WHAT TO PRODUCE » What is needed is an exact copy of the lines in the listing below, from the one with "f 55 213 214" up to and including the one with "f 163 223 166", with no other lines.

EXCERPTED RECORDS »
^^^^

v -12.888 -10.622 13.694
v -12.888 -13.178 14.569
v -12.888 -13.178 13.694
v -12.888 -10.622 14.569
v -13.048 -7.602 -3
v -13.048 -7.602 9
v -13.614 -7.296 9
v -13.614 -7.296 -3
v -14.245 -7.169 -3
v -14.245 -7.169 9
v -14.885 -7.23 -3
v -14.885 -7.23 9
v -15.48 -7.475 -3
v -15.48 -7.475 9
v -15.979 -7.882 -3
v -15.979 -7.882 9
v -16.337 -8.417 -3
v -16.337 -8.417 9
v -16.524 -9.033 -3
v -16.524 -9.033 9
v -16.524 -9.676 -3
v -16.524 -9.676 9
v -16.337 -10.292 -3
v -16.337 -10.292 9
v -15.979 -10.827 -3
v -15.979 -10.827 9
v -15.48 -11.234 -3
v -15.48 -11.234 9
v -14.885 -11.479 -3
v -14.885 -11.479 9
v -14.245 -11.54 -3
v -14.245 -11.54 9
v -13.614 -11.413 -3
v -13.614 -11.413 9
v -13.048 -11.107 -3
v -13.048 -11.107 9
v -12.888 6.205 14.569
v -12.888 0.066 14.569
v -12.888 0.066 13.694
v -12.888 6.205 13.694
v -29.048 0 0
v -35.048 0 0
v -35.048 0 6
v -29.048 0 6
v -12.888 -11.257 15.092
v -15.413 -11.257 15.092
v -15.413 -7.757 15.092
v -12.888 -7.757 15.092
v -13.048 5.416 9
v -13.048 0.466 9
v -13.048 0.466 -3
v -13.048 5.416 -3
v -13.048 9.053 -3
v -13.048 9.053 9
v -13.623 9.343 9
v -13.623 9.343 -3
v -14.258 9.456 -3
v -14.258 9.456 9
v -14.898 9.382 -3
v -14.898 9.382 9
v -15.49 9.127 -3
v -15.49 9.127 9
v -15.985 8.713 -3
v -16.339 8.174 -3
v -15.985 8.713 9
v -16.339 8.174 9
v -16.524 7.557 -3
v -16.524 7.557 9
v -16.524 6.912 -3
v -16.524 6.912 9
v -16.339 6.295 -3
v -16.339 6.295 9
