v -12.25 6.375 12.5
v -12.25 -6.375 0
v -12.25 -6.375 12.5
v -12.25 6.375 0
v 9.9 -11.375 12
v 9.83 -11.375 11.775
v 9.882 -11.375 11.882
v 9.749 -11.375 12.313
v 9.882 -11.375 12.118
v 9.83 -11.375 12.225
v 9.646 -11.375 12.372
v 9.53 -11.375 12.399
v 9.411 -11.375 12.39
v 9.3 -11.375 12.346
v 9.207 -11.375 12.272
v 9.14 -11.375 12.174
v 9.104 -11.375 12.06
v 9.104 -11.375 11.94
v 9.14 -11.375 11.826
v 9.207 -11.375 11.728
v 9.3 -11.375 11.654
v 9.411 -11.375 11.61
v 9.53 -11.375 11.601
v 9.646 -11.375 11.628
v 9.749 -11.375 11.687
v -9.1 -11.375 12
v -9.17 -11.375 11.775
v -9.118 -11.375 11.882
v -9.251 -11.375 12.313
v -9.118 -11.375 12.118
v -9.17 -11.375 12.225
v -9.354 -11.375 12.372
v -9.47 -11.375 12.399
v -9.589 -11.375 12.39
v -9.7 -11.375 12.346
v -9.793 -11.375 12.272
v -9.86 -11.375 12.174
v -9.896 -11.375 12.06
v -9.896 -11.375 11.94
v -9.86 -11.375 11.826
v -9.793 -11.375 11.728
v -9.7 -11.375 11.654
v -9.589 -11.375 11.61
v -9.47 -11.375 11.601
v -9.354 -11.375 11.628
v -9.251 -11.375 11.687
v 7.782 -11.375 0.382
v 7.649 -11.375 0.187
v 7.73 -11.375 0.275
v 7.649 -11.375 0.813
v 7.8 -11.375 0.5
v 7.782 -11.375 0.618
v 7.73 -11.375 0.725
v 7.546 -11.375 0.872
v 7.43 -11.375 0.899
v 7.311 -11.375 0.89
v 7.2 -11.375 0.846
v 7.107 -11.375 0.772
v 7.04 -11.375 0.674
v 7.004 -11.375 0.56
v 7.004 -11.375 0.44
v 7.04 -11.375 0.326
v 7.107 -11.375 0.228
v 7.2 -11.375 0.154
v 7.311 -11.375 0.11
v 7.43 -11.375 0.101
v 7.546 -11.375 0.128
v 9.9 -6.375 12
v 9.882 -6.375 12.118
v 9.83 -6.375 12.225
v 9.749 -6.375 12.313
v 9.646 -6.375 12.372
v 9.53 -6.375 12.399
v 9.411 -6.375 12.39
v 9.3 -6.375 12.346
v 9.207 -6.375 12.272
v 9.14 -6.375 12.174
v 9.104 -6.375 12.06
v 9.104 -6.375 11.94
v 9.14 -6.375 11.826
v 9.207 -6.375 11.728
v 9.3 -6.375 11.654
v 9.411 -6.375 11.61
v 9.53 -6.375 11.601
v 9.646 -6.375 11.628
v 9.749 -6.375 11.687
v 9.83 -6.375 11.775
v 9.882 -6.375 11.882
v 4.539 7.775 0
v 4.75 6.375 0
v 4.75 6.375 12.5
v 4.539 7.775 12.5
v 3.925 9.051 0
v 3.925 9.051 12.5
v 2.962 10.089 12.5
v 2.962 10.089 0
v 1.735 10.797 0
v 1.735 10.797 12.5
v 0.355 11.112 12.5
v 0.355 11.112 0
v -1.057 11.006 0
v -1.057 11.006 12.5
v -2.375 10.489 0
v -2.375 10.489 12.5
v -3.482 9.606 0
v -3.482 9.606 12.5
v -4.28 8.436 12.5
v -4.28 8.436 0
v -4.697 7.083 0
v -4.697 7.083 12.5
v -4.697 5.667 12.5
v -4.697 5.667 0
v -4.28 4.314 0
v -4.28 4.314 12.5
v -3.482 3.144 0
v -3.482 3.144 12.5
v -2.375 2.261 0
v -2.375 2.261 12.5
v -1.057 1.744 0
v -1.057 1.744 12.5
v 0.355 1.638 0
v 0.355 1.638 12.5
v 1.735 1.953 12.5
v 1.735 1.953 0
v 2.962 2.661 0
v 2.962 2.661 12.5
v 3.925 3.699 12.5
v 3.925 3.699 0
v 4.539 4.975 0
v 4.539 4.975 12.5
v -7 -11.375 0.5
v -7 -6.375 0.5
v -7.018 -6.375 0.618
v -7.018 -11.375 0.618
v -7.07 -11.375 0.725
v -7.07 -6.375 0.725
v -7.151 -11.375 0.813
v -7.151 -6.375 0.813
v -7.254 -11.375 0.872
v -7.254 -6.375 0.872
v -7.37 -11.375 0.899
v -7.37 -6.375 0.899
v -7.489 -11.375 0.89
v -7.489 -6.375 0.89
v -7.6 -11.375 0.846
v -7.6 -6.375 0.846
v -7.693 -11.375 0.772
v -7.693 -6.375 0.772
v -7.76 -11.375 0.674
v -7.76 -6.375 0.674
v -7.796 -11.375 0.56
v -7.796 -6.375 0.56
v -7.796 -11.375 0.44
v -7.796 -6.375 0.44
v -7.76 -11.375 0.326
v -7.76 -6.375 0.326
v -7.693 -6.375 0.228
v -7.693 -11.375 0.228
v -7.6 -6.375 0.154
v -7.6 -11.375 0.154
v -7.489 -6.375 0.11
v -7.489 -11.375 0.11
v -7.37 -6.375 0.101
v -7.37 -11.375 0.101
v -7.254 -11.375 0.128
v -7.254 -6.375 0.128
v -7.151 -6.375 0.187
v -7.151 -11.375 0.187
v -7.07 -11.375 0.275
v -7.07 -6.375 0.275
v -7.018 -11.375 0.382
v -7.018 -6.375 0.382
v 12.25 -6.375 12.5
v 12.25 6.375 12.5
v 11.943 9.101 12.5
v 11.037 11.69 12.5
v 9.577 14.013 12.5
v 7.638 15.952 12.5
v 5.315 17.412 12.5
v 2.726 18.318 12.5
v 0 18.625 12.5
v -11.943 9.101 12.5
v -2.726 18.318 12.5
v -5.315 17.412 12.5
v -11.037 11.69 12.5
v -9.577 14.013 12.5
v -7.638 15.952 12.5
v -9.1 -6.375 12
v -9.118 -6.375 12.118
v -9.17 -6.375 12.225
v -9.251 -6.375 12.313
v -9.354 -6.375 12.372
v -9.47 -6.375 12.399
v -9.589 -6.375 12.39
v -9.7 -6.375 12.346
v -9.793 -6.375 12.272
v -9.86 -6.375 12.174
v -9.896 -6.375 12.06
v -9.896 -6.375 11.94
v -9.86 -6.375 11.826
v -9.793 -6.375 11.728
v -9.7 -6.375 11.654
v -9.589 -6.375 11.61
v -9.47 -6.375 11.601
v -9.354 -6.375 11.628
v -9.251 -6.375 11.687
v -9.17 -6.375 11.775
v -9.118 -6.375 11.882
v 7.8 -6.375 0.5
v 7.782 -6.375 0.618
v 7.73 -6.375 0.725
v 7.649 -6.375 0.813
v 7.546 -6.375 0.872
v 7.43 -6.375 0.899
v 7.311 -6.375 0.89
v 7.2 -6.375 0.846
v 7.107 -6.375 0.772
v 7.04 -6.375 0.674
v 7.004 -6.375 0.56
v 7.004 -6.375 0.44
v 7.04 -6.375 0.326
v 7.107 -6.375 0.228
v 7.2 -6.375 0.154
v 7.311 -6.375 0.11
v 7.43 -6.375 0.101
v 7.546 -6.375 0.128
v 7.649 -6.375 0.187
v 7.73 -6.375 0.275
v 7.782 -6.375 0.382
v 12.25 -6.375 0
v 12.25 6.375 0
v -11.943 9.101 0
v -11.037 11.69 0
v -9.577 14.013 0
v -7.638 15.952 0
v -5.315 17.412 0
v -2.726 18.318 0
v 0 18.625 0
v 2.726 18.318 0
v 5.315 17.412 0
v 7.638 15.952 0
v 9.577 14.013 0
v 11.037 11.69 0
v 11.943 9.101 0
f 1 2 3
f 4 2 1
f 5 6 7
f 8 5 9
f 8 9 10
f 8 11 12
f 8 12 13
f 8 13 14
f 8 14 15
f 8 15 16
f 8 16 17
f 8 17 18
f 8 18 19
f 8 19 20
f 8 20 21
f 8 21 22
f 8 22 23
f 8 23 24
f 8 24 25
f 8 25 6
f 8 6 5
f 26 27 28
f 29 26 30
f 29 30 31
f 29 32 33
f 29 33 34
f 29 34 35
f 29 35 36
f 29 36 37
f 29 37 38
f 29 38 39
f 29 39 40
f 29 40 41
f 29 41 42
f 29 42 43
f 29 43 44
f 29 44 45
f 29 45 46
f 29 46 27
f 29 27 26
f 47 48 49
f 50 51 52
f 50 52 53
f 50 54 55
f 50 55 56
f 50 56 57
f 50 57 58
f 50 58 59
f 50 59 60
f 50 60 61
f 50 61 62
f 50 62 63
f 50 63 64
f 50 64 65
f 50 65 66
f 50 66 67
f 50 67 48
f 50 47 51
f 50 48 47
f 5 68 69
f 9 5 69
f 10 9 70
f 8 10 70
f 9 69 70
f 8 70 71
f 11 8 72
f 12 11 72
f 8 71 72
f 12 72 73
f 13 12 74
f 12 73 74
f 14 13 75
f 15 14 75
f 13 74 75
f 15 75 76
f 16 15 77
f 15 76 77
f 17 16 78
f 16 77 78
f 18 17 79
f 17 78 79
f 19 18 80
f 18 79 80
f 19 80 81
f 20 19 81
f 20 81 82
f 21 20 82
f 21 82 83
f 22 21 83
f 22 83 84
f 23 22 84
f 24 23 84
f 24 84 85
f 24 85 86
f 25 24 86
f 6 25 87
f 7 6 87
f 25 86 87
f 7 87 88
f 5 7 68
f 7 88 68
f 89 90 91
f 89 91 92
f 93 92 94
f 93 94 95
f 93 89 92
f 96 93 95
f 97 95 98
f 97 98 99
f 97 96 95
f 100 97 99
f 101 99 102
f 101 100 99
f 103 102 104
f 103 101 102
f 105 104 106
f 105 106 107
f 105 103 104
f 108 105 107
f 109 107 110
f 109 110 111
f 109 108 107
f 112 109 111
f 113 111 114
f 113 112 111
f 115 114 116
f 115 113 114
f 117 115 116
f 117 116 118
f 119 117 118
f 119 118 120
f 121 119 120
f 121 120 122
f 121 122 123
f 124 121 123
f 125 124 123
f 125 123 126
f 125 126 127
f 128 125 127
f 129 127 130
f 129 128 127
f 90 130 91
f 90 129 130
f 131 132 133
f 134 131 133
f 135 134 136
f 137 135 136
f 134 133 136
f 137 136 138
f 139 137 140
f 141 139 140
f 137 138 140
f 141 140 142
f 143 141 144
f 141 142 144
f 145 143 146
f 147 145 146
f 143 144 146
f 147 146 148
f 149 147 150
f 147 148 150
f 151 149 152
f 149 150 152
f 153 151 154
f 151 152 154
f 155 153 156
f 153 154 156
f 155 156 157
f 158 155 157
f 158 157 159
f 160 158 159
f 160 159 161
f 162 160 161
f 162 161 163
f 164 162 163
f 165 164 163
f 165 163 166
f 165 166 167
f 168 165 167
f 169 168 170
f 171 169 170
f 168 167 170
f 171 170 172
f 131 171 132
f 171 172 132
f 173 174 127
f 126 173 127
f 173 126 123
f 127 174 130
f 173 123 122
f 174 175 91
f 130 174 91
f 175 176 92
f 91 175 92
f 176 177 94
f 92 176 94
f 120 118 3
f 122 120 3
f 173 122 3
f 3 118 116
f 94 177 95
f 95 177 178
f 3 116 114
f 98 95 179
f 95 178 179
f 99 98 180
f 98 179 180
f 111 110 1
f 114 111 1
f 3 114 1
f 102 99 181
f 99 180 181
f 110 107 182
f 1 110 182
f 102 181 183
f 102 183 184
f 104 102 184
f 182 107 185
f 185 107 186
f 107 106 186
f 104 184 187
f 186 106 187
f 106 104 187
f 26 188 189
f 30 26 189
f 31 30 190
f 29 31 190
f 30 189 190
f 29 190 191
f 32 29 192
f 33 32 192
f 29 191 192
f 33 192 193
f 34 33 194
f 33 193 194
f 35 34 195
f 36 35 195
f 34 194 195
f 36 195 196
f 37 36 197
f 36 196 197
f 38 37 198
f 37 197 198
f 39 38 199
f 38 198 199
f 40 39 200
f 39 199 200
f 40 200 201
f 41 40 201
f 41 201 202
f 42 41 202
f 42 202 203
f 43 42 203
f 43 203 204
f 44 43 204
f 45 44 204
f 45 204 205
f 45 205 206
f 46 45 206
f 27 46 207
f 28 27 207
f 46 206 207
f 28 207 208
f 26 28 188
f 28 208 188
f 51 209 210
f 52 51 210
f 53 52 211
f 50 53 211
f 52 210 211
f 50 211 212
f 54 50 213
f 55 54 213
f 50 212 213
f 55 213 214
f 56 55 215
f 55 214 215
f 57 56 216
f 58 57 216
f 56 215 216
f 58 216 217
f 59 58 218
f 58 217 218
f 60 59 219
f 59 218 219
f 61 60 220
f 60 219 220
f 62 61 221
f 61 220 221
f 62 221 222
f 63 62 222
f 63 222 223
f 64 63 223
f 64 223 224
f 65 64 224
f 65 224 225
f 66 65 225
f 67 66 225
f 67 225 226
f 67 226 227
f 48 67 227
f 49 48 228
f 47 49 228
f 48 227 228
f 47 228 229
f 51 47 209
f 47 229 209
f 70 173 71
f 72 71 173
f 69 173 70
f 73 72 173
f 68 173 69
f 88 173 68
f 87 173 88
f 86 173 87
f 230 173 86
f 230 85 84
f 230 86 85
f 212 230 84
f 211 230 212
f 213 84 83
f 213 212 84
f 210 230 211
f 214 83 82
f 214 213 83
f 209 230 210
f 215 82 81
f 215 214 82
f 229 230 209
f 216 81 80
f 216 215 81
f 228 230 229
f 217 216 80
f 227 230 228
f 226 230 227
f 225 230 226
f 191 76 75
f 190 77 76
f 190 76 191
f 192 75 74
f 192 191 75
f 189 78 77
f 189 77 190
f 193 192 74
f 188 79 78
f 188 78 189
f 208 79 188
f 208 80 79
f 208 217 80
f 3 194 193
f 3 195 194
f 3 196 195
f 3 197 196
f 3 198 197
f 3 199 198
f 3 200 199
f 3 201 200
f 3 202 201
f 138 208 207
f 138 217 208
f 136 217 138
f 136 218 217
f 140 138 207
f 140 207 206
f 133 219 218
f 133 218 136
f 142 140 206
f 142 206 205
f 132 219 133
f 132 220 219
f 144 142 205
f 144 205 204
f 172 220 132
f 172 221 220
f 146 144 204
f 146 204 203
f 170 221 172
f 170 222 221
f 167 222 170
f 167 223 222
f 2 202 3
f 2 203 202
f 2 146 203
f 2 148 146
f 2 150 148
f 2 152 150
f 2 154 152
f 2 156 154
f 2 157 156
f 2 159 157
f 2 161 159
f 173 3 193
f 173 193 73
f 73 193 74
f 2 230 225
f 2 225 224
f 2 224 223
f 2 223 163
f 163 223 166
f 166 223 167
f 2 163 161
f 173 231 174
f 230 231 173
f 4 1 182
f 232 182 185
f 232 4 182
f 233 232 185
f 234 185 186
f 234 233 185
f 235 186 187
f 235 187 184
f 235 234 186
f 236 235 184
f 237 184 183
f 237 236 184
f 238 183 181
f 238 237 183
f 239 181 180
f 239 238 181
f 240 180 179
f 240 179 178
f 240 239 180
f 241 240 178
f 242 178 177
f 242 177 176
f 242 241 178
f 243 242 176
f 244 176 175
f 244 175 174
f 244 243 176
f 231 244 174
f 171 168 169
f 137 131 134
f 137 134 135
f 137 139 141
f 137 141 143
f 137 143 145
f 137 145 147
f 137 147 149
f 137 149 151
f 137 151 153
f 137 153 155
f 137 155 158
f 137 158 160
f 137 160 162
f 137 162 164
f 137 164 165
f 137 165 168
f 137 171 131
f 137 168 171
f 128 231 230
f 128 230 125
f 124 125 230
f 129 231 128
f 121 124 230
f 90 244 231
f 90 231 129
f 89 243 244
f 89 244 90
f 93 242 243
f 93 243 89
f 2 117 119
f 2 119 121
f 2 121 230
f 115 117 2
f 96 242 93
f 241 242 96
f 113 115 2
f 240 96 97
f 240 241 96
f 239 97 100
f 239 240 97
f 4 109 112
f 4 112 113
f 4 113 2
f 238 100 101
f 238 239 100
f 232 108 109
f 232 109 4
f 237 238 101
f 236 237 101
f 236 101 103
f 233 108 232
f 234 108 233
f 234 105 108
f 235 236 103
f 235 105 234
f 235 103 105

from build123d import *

# Parameters (mm, degrees)
SKETCH_1_R      = 4.75
EXTRUDE_1_DEPTH = 12.5
SKETCH_2_R      = 0.4
EXTRUDE_2_DEPTH = 5


with BuildPart() as part:
    # Эскиз1 → Бобышка-Вытянуть1 (new body)
    with BuildSketch(Plane.XY):
        with BuildLine():
            Line((12.25, -6.375), (-12.25, -6.375))
            Line((-12.25, -6.375), (-12.25, 6.375))
            ThreePointArc((-12.25, 6.375), (0, 18.625), (12.25, 6.375))
            Line((12.25, 6.375), (12.25, -6.375))
        make_face()
        with Locations((0, 6.375)):
            Circle(SKETCH_1_R, mode=Mode.SUBTRACT)
    extrude(amount=EXTRUDE_1_DEPTH)

    # Эскиз2 → Бобышка-Вытянуть2 (add)
    with BuildSketch(Plane.XZ.offset(6.375)):
        with Locations((7.4, 0.5)):
            Circle(SKETCH_2_R)
        with Locations((-7.4, 0.5)):
            Circle(SKETCH_2_R)
        with Locations((9.5, 12)):
            Circle(SKETCH_2_R)
        with Locations((-9.5, 12)):
            Circle(SKETCH_2_R)
    extrude(amount=EXTRUDE_2_DEPTH)


solid = part.part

^^^^

FINISHED EXERCISE »
f 55 213 214
f 56 55 215
f 55 214 215
f 57 56 216
f 58 57 216
f 56 215 216
f 58 216 217
f 59 58 218
f 58 217 218
f 60 59 219
f 59 218 219
f 61 60 220
f 60 219 220
f 62 61 221
f 61 220 221
f 62 221 222
f 63 62 222
f 63 222 223
f 64 63 223
f 64 223 224
f 65 64 224
f 65 224 225
f 66 65 225
f 67 66 225
f 67 225 226
f 67 226 227
f 48 67 227
f 49 48 228
f 47 49 228
f 48 227 228
f 47 228 229
f 51 47 209
f 47 229 209
f 70 173 71
f 72 71 173
f 69 173 70
f 73 72 173
f 68 173 69
f 88 173 68
f 87 173 88
f 86 173 87
f 230 173 86
f 230 85 84
f 230 86 85
f 212 230 84
f 211 230 212
f 213 84 83
f 213 212 84
f 210 230 211
f 214 83 82
f 214 213 83
f 209 230 210
f 215 82 81
f 215 214 82
f 229 230 209
f 216 81 80
f 216 215 81
f 228 230 229
f 217 216 80
f 227 230 228
f 226 230 227
f 225 230 226
f 191 76 75
f 190 77 76
f 190 76 191
f 192 75 74
f 192 191 75
f 189 78 77
f 189 77 190
f 193 192 74
f 188 79 78
f 188 78 189
f 208 79 188
f 208 80 79
f 208 217 80
f 3 194 193
f 3 195 194
f 3 196 195
f 3 197 196
f 3 198 197
f 3 199 198
f 3 200 199
f 3 201 200
f 3 202 201
f 138 208 207
f 138 217 208
f 136 217 138
f 136 218 217
f 140 138 207
f 140 207 206
f 133 219 218
f 133 218 136
f 142 140 206
f 142 206 205
f 132 219 133
f 132 220 219
f 144 142 205
f 144 205 204
f 172 220 132
f 172 221 220
f 146 144 204
f 146 204 203
f 170 221 172
f 170 222 221
f 167 222 170
f 167 223 222
f 2 202 3
f 2 203 202
f 2 146 203
f 2 148 146
f 2 150 148
f 2 152 150
f 2 154 152
f 2 156 154
f 2 157 156
f 2 159 157
f 2 161 159
f 173 3 193
f 173 193 73
f 73 193 74
f 2 230 225
f 2 225 224
f 2 224 223
f 2 223 163
f 163 223 166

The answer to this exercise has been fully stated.